Proposal
Milestone 2
Goals
The goals of this milestone are as follows:
Discuss topics you’re interested in investigating and find data sets on those topics.
Identify 3 data sets you’re interested in potentially using for the project.
Get these datasets into Python.
Write up reasons and justifications for why you want to work with these datasets.
Review your team contract.
You must use one of the data sets in the proposal for the final project, unless instructed otherwise when given feedback.
Finding a dataset
Criteria for datasets
The data sets should meet the following criteria:
At least 500 observations
At least 8 columns
At least 6 of the columns must be useful and unique explanatory variables.
- Identifier variables such as “name”, “social security number”, etc. are not useful explanatory variables.
- If you have multiple columns with the same information (e.g. “state abbreviation” and “state name”), then they are not unique explanatory variables.
You may not use data that has previously been used in any course materials, or any derivation of data that has been used in course materials.
You can curate one of your datasets via web scraping.
Please ask a member of the teaching team if you’re unsure whether your data set meets the criteria.
If you set your hearts on a dataset that has fewer observations or variables than what’s suggested here, that might still be ok; use these numbers as guidance for a successful proposal, not as minimum requirements.
Resources for datasets
You can find data wherever you like, but here are some recommendations to get you started. You shouldn’t feel constrained to datasets that are already in a tidy format, you can start with data that needs cleaning and tidying, scrape data off the web, or collect your own data.
- Awesome public datasets
- Bikeshare data portal
- CDC
- Data.gov
- Data is Plural
- Durham Open Data Portal
- Edinburgh Open Data
- Election Studies
- European Statistics
- CORGIS: The Collection of Really Great, Interesting, Situated Datasets
- General Social Survey
- Google Dataset Search
- Harvard Dataverse
- International Monetary Fund
- IPUMS survey data from around the world
- Los Angeles Open Data
- NHS Scotland Open Data
- NYC OpenData
- Open access to Scotland’s official statistics
- Pew Research
- PRISM Data Archive Project
- Statistics Canada
- TidyTuesday
- The National Bureau of Economic Research
- UCI Machine Learning Repository
- UK Government Data
- UNICEF Data
- United Nations Data
- United Nations Statistics Division
- US Census Data
- US Government Data
- World Bank Data
- Youth Risk Behavior Surveillance System (YRBSS)
- FRED Economic Data
Components
For each data set, include the following:
Introduction and data
For each data set:
Identify the source of the data.
State when and how it was originally collected (by the original data curator, not necessarily how you found the data).

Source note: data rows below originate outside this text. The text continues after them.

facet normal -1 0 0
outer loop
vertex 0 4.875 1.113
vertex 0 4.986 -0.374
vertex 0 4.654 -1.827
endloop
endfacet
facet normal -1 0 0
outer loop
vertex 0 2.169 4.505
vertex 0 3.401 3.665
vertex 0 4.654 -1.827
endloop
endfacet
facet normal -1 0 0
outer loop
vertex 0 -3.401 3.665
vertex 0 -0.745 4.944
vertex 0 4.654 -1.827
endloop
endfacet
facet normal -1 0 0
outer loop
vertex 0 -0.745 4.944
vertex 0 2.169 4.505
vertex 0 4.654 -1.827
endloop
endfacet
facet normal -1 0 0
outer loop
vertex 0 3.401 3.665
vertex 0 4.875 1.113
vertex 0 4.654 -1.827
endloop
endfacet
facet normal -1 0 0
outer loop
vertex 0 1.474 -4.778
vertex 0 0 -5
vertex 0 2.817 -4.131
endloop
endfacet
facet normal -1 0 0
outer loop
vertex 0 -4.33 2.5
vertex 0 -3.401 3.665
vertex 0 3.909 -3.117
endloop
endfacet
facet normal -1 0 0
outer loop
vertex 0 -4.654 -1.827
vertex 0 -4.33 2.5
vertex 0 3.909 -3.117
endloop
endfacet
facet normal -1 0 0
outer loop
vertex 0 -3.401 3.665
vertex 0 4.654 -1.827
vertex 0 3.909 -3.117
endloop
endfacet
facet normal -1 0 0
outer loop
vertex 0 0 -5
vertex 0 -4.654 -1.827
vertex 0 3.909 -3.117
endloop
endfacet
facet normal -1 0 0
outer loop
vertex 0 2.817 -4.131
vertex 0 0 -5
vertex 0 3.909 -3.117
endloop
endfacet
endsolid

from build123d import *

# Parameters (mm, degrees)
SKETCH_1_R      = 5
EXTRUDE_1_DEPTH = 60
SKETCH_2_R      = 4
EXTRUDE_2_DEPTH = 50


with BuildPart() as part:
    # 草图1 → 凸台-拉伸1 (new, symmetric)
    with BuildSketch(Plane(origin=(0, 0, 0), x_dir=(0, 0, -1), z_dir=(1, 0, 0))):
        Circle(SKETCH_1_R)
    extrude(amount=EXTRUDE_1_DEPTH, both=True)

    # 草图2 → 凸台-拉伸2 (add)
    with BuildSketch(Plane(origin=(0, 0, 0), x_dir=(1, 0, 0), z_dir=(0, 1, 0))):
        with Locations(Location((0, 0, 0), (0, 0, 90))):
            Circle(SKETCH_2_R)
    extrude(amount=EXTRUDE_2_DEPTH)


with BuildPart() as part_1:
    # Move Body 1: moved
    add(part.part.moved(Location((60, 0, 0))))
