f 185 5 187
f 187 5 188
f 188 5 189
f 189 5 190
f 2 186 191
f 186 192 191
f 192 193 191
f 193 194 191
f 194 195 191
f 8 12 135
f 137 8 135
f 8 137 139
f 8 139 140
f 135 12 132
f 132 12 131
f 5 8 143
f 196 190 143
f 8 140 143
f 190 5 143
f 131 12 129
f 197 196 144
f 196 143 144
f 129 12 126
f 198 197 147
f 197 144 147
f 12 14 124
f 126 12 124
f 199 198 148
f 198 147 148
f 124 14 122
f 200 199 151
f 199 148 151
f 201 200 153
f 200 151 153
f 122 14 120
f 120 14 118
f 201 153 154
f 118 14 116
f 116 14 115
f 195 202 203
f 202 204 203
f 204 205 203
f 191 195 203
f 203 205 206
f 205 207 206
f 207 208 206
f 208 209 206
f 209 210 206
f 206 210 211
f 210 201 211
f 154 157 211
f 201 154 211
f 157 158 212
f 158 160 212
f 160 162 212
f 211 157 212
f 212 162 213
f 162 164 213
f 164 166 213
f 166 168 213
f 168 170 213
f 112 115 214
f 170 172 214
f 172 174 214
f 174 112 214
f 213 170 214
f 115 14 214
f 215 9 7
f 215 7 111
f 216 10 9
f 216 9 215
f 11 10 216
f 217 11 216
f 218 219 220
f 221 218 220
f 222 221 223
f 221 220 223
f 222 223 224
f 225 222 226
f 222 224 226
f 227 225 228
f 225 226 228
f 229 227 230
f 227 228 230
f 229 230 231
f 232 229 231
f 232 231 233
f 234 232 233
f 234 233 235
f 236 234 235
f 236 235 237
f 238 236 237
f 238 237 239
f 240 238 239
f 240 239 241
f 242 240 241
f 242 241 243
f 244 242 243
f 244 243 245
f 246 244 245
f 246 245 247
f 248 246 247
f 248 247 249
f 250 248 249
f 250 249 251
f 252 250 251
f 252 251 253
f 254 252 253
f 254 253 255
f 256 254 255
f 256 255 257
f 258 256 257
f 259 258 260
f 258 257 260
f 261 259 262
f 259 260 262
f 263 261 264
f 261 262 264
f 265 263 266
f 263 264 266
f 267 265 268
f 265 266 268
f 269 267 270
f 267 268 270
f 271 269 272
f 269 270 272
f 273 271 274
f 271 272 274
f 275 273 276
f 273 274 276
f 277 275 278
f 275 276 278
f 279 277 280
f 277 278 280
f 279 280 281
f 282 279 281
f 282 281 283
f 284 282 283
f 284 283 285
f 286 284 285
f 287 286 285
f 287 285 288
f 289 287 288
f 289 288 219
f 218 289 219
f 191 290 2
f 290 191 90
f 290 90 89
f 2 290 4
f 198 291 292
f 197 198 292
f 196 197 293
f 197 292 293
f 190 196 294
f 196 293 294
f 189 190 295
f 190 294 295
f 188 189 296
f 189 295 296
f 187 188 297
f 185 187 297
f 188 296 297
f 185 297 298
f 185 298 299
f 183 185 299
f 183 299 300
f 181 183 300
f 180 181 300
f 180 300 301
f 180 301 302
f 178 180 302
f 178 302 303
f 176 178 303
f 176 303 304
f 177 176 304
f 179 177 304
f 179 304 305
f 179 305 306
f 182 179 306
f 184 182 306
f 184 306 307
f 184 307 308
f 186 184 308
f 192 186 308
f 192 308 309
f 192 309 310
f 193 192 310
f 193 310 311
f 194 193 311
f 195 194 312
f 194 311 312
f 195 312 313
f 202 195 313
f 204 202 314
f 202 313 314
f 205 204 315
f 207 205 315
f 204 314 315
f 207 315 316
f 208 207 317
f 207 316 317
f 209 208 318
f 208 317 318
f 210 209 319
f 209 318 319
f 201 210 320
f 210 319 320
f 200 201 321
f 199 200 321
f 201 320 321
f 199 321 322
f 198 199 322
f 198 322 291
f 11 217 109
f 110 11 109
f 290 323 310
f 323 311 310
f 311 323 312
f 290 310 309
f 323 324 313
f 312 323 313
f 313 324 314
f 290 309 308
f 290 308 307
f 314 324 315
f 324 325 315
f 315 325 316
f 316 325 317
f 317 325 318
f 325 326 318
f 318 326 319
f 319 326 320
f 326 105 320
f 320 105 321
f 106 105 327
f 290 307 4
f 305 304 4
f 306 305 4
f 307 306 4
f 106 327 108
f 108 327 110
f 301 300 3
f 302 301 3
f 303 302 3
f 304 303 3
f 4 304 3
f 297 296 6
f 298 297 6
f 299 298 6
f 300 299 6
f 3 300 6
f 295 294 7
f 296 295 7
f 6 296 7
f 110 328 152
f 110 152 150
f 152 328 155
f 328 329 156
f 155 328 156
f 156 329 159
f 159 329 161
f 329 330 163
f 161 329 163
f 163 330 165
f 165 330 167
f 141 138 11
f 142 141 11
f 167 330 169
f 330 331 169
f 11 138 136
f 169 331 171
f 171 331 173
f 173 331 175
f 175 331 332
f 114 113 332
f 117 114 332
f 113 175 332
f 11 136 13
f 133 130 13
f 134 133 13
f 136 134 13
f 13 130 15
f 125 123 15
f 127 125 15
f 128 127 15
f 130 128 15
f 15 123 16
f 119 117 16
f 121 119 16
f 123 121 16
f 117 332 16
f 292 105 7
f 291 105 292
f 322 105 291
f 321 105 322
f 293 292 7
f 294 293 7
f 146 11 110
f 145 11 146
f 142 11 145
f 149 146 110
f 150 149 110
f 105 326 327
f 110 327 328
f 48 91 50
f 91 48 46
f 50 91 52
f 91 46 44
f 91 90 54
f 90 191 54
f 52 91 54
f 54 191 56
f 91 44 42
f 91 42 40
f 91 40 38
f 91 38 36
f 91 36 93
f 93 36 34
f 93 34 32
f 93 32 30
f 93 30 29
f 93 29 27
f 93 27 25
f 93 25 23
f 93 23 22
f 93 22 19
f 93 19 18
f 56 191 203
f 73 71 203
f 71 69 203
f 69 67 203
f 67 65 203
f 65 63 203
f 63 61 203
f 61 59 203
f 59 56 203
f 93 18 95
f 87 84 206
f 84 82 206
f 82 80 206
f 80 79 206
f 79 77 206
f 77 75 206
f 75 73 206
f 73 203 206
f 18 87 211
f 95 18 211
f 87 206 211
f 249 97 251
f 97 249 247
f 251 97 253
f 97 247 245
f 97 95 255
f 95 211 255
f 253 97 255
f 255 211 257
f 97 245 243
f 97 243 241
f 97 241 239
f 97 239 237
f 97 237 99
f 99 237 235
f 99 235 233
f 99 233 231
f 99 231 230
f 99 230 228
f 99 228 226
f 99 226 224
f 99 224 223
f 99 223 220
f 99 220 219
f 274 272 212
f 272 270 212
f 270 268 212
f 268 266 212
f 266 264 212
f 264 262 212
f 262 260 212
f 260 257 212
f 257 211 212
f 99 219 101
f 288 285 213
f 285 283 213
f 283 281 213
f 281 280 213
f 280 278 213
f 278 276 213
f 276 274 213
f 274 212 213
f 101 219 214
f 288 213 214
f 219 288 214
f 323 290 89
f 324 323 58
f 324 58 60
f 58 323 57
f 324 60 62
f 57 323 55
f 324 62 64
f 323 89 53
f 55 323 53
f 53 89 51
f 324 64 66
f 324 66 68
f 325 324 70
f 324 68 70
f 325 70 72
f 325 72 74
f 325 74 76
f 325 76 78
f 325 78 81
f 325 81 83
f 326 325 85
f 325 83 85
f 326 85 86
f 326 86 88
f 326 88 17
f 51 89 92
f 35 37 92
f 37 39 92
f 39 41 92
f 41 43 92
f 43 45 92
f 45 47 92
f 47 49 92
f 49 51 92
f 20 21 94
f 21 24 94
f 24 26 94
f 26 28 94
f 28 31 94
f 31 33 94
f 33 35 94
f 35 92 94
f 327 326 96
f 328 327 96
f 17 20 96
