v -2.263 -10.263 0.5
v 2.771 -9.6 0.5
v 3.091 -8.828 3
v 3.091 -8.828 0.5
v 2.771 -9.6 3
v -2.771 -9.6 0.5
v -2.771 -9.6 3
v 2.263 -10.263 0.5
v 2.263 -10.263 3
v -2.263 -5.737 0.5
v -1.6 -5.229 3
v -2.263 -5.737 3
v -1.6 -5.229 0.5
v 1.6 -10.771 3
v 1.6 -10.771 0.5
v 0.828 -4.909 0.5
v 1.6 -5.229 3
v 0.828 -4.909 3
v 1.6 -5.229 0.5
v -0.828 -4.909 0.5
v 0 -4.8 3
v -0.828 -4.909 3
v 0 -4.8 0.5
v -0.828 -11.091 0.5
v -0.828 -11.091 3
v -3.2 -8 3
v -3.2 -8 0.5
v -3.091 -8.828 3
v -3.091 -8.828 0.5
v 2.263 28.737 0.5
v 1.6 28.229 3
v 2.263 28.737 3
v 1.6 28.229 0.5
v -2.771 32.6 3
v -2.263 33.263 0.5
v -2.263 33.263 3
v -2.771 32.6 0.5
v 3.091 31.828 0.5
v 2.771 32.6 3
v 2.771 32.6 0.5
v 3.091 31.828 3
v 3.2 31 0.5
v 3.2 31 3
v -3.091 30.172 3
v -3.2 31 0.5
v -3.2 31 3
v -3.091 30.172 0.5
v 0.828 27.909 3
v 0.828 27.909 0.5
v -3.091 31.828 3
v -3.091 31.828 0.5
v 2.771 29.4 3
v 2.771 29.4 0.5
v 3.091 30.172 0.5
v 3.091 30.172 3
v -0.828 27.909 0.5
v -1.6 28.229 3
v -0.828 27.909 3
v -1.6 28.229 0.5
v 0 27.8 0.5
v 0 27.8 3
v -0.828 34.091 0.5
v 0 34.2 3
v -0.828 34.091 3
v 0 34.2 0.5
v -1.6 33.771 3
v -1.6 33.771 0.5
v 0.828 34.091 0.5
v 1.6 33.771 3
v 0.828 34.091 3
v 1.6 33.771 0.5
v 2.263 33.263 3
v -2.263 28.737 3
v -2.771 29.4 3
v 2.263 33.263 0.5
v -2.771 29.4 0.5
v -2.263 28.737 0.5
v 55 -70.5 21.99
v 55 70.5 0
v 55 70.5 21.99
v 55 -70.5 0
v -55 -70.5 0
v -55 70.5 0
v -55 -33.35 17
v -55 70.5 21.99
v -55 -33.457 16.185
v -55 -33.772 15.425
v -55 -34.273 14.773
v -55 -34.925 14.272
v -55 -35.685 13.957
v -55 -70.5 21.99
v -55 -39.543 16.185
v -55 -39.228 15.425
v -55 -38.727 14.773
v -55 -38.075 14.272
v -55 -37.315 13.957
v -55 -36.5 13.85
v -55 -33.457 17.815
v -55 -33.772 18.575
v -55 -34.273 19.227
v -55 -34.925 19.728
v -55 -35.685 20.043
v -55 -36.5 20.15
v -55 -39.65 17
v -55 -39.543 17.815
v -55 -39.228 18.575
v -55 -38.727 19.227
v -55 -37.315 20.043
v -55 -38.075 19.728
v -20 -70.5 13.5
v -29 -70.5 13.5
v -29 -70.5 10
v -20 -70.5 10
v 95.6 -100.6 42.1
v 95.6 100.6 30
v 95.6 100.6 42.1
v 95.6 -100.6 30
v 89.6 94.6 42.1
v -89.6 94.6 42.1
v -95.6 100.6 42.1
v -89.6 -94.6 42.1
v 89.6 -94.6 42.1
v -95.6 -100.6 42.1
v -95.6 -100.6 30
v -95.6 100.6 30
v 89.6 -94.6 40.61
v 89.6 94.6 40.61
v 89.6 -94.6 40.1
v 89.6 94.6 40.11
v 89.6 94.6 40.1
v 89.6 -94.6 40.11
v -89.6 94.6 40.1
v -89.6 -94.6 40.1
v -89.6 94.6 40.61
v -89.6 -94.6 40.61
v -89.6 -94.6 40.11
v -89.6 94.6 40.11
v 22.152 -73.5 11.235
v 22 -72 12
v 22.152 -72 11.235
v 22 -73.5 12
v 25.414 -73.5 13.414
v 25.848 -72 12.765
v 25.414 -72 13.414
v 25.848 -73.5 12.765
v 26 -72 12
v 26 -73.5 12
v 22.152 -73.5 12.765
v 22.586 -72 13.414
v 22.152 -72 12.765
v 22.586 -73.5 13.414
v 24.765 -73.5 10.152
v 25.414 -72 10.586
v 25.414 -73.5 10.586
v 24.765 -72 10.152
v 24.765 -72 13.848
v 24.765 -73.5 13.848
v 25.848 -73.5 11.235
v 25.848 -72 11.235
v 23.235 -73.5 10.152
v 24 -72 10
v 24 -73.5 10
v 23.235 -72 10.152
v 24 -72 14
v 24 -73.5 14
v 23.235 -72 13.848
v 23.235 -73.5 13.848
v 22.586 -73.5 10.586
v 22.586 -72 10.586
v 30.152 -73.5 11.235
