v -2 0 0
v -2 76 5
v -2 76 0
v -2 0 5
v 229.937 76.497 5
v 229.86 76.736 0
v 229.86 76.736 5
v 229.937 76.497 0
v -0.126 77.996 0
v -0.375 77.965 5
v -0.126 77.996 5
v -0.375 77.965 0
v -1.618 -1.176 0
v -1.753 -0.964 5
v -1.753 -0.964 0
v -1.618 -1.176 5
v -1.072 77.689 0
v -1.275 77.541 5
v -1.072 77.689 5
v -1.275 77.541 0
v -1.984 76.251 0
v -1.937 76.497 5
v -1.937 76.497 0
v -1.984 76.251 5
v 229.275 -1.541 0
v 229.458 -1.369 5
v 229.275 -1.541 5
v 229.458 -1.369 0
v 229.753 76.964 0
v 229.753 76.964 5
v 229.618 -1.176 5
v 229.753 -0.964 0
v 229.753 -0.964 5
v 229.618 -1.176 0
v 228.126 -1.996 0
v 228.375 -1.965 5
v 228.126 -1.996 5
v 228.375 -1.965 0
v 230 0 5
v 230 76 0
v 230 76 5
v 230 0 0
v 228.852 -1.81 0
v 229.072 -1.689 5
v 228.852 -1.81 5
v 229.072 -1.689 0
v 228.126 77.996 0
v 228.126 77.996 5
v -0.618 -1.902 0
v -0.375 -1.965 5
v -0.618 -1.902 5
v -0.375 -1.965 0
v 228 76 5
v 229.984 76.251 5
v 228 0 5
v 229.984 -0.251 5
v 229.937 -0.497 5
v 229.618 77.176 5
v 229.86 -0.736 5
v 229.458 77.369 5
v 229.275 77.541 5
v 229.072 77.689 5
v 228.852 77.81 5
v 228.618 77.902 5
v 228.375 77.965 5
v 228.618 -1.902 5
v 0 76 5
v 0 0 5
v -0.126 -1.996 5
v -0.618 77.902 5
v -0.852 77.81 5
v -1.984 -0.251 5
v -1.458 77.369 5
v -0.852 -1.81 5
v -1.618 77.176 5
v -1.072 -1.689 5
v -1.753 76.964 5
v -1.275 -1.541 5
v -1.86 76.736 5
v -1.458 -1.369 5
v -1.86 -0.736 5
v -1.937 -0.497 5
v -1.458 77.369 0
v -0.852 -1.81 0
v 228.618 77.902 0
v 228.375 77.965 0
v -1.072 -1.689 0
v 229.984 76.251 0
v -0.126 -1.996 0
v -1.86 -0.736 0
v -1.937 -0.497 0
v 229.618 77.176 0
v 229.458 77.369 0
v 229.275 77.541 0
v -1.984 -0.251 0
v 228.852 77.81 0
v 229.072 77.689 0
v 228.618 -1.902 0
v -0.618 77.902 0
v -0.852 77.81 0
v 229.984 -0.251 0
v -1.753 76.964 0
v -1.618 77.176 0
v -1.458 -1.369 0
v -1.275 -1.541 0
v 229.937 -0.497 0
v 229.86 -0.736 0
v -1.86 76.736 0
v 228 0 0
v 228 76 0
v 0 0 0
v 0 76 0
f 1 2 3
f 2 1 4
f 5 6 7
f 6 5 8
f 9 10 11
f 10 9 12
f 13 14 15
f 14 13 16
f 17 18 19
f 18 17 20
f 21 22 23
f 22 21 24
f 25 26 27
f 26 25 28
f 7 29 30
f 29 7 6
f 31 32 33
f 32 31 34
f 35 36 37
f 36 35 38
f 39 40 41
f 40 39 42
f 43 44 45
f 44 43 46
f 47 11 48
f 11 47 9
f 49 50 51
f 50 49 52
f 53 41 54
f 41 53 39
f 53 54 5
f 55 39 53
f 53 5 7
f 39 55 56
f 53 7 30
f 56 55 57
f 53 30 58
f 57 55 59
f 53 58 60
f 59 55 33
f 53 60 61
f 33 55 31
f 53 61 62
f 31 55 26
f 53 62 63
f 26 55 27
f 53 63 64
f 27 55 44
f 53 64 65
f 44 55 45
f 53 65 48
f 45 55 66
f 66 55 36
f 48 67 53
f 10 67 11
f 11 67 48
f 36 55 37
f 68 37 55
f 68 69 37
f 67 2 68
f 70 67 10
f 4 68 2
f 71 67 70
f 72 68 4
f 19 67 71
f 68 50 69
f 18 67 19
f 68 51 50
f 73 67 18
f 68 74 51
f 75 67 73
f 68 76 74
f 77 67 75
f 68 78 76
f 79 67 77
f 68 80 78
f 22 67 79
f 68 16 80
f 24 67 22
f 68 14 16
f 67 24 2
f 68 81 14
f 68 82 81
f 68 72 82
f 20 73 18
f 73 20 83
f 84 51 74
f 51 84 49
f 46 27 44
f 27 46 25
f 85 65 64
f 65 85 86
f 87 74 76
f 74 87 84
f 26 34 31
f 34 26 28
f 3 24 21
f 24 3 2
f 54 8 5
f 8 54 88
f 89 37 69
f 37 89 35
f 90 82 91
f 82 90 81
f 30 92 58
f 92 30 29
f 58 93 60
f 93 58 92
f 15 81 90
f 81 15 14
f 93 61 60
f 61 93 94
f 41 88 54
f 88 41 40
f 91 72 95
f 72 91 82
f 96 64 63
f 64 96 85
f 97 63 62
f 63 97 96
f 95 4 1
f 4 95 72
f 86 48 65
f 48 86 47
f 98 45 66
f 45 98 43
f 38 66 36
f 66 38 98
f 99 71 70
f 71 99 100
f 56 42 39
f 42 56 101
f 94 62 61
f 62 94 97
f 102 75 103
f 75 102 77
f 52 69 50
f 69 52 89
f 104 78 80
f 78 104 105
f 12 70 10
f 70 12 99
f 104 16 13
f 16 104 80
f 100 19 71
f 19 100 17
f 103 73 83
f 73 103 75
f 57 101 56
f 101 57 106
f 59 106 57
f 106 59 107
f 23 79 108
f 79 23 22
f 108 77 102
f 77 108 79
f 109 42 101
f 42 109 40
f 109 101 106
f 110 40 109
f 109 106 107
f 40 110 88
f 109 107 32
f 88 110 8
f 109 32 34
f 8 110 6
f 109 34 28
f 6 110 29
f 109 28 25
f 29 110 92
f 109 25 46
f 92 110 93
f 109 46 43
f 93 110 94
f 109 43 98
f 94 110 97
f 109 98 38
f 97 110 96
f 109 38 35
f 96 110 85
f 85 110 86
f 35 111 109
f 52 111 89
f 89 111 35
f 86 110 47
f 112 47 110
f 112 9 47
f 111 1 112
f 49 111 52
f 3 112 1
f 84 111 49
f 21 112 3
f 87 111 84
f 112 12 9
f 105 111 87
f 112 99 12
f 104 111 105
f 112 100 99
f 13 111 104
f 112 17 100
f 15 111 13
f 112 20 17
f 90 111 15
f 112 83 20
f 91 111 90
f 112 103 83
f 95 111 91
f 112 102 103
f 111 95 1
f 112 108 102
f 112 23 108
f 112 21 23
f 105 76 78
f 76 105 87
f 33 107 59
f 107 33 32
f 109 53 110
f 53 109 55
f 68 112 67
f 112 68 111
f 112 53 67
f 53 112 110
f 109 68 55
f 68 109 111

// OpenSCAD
// file: ../common/keyhole.scad
key_hole = 14;
key_holder = key_hole + (2.5 * 2) ;

module key_hole(row, column, plate_thickness = 2) {
    padding = key_holder / 2;
    translate([column * key_holder + padding, row * key_holder + padding, 0]) {
        difference() {
            cube([key_holder, key_holder, plate_thickness], true);
            cube([key_hole, key_hole, plate_thickness + 0.1], true);
        }
    }
}
// main file
include <../common/keyhole.scad>;

$fn = 50;
heigh = 4;

rows = 4;
cols = 12;

difference()
{
    minkowski()
    {
        cube([ cols * key_holder, rows * key_holder, heigh ]);
        cylinder(r = 2, h = 1);
    }
    cube([ cols * key_holder, rows * key_holder, heigh + 10 ]);
}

Write a brief description of the observations.
Address ethical concerns about the data, if any.
Research question
Your research question should contain at least three variables, and should be a mix of categorical and quantitative variables. When writing a research question, please think about the following:
What is your target population?
Is the question original?
Can the question be answered?
For each data set, include the following:
- A well formulated research question. (You may include more than one research question if you want to receive feedback on different ideas for your project. However, one per data set is required.)
- Statement on why this question is important.
- A description of the research topic along with a concise statement of your hypotheses on this topic.
- Identify the types of variables in your research question. Categorical? Quantitative?
Glimpse of data
For each data set:
- Place the file containing your data in the
data
folder of the project repo. - Use the
.head()
and.info()
functions to provide a glimpse of the data set.
Grading
Total | 10 pts |
---|---|
Introduction and data | 3 |
Research question | 3 |
Glimpse of data | 3 |
Workflow and formatting | 1 |
Each component will be graded as follows:
Meets expectations (full credit): All required elements are completed and are accurate. The narrative is written clearly, all tables and visualizations are nicely formatted, and the work would be presentable in a professional setting.
Close to expectations (half credit): There are some elements missing and/or inaccurate. There are some issues with formatting.
Does not meet expectations (no credit): Major elements missing. Work is not neatly formatted and would not be presentable in a professional setting.
It is critical to check feedback on your project proposal. Even if you earn full credit, it may not mean that your proposal is perfect.